No hay que pensar que los ciudadanos que experimentan este tipo de sentimientos no tengan dificultades en su vida, o carezcan de motivos para juzgar severamente un cierto estado de cosas. No todo radical es un señorito, como pretende cierta caricatura. Lo característico de la dolencia descrita es la necesidad de dar un nombre unívoco a todo lo malo que circula por la historia para poder así combatirlo con los ropajes prestados del revolucionario. El nombre del gran malo es fascismo, aunque también capitalismo. Luego, hay demonios secundarios: TTIP hoy o ayer Plan Bolonia. Por cierto que un tratado de comercio o una reforma laboral pueden tener elementos potencialmente lesivos para los intereses de parte de la población. Pero desbaratamos cualquier posible entendimiento si nos persuadimos de que quien promueve reformas tan sólo quiere nuestro mal. Frente a un malvado, solo cabe la barricada.

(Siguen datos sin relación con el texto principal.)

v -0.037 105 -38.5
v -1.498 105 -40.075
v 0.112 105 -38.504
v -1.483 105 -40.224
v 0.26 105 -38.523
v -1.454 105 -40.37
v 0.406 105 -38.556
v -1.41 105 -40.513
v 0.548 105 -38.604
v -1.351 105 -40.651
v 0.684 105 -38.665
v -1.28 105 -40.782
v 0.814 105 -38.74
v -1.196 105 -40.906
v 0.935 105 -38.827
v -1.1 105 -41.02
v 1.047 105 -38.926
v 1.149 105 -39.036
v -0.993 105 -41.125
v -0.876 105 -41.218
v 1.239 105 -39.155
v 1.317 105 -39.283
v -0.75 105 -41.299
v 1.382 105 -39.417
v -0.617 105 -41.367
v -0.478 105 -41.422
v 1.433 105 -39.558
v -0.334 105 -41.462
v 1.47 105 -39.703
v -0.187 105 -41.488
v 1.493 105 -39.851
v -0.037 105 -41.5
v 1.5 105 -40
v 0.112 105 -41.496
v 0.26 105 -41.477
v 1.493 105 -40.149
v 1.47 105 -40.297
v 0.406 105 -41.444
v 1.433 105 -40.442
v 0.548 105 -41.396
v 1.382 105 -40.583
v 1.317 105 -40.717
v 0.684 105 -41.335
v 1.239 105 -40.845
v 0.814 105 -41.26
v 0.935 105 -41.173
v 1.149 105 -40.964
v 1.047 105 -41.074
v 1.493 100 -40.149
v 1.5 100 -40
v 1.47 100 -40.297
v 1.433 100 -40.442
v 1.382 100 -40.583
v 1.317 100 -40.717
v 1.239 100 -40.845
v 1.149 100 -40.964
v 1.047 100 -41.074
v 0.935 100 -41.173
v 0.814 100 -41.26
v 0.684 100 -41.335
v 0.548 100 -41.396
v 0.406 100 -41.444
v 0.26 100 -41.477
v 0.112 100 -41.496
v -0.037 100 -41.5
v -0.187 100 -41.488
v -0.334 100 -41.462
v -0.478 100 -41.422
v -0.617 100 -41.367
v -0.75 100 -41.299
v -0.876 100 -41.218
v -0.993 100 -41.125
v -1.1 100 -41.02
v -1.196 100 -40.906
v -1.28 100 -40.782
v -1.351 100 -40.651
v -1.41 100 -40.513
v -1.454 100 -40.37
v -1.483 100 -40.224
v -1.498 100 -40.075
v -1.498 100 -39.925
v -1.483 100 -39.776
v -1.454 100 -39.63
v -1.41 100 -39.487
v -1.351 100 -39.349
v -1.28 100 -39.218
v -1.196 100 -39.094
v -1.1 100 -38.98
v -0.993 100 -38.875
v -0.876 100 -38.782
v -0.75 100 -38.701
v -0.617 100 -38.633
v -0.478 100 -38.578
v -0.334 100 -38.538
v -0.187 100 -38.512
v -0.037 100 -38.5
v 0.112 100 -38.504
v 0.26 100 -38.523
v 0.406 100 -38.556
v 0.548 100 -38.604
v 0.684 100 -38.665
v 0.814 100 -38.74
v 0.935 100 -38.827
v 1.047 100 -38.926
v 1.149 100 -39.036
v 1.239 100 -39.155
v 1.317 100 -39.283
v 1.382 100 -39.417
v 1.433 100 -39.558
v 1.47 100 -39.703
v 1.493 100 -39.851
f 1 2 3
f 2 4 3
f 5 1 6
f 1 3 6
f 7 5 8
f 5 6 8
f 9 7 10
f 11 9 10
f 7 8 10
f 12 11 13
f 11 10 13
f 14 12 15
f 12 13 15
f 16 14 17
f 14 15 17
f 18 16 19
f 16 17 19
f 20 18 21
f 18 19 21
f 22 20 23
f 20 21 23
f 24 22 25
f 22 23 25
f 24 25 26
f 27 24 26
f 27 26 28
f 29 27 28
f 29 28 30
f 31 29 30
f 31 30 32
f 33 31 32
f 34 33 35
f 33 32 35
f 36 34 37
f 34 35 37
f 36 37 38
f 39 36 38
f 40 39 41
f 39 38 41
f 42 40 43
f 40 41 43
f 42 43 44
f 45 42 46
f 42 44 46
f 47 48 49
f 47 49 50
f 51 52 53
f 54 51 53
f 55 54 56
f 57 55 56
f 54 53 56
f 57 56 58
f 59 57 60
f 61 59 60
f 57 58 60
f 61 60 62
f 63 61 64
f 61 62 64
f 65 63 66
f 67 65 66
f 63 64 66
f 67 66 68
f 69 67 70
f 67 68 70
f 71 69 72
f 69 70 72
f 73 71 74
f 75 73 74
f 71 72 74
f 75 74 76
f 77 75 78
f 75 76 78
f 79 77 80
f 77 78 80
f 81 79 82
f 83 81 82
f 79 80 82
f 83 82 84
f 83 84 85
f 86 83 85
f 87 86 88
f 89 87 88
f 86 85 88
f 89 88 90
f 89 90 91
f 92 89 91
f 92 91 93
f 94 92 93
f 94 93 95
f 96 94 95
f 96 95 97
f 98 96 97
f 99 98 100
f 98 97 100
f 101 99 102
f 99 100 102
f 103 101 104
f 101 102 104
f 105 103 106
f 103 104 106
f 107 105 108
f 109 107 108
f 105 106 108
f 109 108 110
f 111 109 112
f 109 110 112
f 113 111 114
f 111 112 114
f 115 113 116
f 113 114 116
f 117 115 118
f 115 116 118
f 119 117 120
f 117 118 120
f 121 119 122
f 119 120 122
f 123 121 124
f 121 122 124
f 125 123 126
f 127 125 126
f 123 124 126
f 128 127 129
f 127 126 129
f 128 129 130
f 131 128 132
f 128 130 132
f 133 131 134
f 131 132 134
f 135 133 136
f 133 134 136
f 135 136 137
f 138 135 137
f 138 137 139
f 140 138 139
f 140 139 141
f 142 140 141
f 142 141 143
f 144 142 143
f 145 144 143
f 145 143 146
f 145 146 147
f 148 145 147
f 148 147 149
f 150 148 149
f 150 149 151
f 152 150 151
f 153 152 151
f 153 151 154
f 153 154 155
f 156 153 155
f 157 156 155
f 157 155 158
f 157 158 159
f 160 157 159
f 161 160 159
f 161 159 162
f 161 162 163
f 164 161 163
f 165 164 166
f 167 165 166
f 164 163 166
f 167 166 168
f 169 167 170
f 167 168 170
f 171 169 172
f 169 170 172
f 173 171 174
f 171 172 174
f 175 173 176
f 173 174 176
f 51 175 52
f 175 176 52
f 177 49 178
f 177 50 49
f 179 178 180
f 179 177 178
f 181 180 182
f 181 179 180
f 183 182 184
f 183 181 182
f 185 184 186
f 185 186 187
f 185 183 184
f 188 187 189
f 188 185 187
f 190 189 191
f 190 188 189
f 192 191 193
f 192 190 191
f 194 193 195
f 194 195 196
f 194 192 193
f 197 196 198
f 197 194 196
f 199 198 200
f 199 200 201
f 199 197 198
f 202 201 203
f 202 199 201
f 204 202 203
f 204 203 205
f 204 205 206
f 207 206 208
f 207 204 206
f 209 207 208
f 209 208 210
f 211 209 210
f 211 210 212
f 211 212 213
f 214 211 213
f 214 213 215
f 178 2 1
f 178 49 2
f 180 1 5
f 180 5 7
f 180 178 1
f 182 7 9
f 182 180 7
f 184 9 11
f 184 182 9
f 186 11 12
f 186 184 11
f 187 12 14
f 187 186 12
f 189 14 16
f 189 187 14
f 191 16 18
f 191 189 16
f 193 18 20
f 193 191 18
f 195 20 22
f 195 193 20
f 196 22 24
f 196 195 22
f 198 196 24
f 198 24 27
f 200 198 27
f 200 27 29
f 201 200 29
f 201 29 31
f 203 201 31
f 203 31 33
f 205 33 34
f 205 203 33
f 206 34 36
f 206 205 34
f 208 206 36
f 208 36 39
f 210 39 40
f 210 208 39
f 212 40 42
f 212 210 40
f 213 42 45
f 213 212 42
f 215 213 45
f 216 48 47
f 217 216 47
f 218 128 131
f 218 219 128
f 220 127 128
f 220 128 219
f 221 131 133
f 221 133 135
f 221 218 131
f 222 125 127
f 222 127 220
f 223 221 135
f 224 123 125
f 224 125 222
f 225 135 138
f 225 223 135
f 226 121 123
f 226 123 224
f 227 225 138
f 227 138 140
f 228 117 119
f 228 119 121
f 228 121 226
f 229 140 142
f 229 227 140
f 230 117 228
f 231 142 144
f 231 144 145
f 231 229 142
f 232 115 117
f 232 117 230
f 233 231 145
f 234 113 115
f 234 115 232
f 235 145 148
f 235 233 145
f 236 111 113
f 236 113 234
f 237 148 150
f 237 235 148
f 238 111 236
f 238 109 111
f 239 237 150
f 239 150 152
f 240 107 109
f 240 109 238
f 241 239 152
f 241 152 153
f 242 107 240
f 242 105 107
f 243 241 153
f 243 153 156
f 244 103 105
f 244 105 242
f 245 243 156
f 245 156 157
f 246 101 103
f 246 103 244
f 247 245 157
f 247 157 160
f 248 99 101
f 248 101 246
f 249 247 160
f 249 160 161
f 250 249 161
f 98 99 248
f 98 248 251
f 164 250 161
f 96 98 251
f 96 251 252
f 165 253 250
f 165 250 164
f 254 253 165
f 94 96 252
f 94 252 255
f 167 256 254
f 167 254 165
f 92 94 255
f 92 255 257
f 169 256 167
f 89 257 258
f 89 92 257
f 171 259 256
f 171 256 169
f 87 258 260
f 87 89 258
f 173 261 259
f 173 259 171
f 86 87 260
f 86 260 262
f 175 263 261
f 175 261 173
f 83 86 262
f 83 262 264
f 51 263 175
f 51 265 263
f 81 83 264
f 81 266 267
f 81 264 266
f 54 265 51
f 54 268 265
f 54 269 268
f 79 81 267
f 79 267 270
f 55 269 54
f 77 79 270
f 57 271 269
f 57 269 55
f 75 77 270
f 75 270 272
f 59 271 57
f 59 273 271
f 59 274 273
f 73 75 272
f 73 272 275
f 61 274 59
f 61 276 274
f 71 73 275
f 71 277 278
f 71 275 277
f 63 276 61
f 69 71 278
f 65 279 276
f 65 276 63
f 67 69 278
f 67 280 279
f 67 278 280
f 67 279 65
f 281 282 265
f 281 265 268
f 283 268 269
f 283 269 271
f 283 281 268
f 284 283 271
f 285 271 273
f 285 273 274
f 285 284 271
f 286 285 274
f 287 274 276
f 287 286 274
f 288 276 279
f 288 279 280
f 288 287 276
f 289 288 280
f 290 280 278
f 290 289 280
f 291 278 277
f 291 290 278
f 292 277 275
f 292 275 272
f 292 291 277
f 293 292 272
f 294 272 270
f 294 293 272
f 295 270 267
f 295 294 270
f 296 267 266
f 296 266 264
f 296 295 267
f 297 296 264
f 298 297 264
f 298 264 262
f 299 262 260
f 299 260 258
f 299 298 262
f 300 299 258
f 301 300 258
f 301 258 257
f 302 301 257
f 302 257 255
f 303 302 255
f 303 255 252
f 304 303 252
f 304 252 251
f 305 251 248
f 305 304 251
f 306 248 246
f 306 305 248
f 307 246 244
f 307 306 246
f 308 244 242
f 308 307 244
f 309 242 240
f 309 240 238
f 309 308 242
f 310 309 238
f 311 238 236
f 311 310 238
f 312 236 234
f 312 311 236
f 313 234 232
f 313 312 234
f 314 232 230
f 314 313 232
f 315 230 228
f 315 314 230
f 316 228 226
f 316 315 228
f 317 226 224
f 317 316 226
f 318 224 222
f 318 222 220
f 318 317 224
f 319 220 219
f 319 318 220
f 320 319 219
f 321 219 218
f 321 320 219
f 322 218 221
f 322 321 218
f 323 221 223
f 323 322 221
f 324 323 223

Hay problemas, sí. Pero la política no es el incesante combate contra el dragón. Al dragón ya lo hemos matado. La política democrática, más bien, como recuerda Alain Finkielkraut, nos invita a la penosa tarea de elegir, no entre el mal y el bien, sino entre dos bienes en tensión. La nostalgie du fascisme es el deseo (uso las claras palabras del filósofo francés) de ver siempre escándalos e indignidades donde a menudo solo hay dilemas y conflictos sin soluciones fáciles e inequívocas. Nos hace sentirnos mejores y más puros, pero deja indemnes los problemas que más pronto que tarde la mirada adulta habrá de afrontar.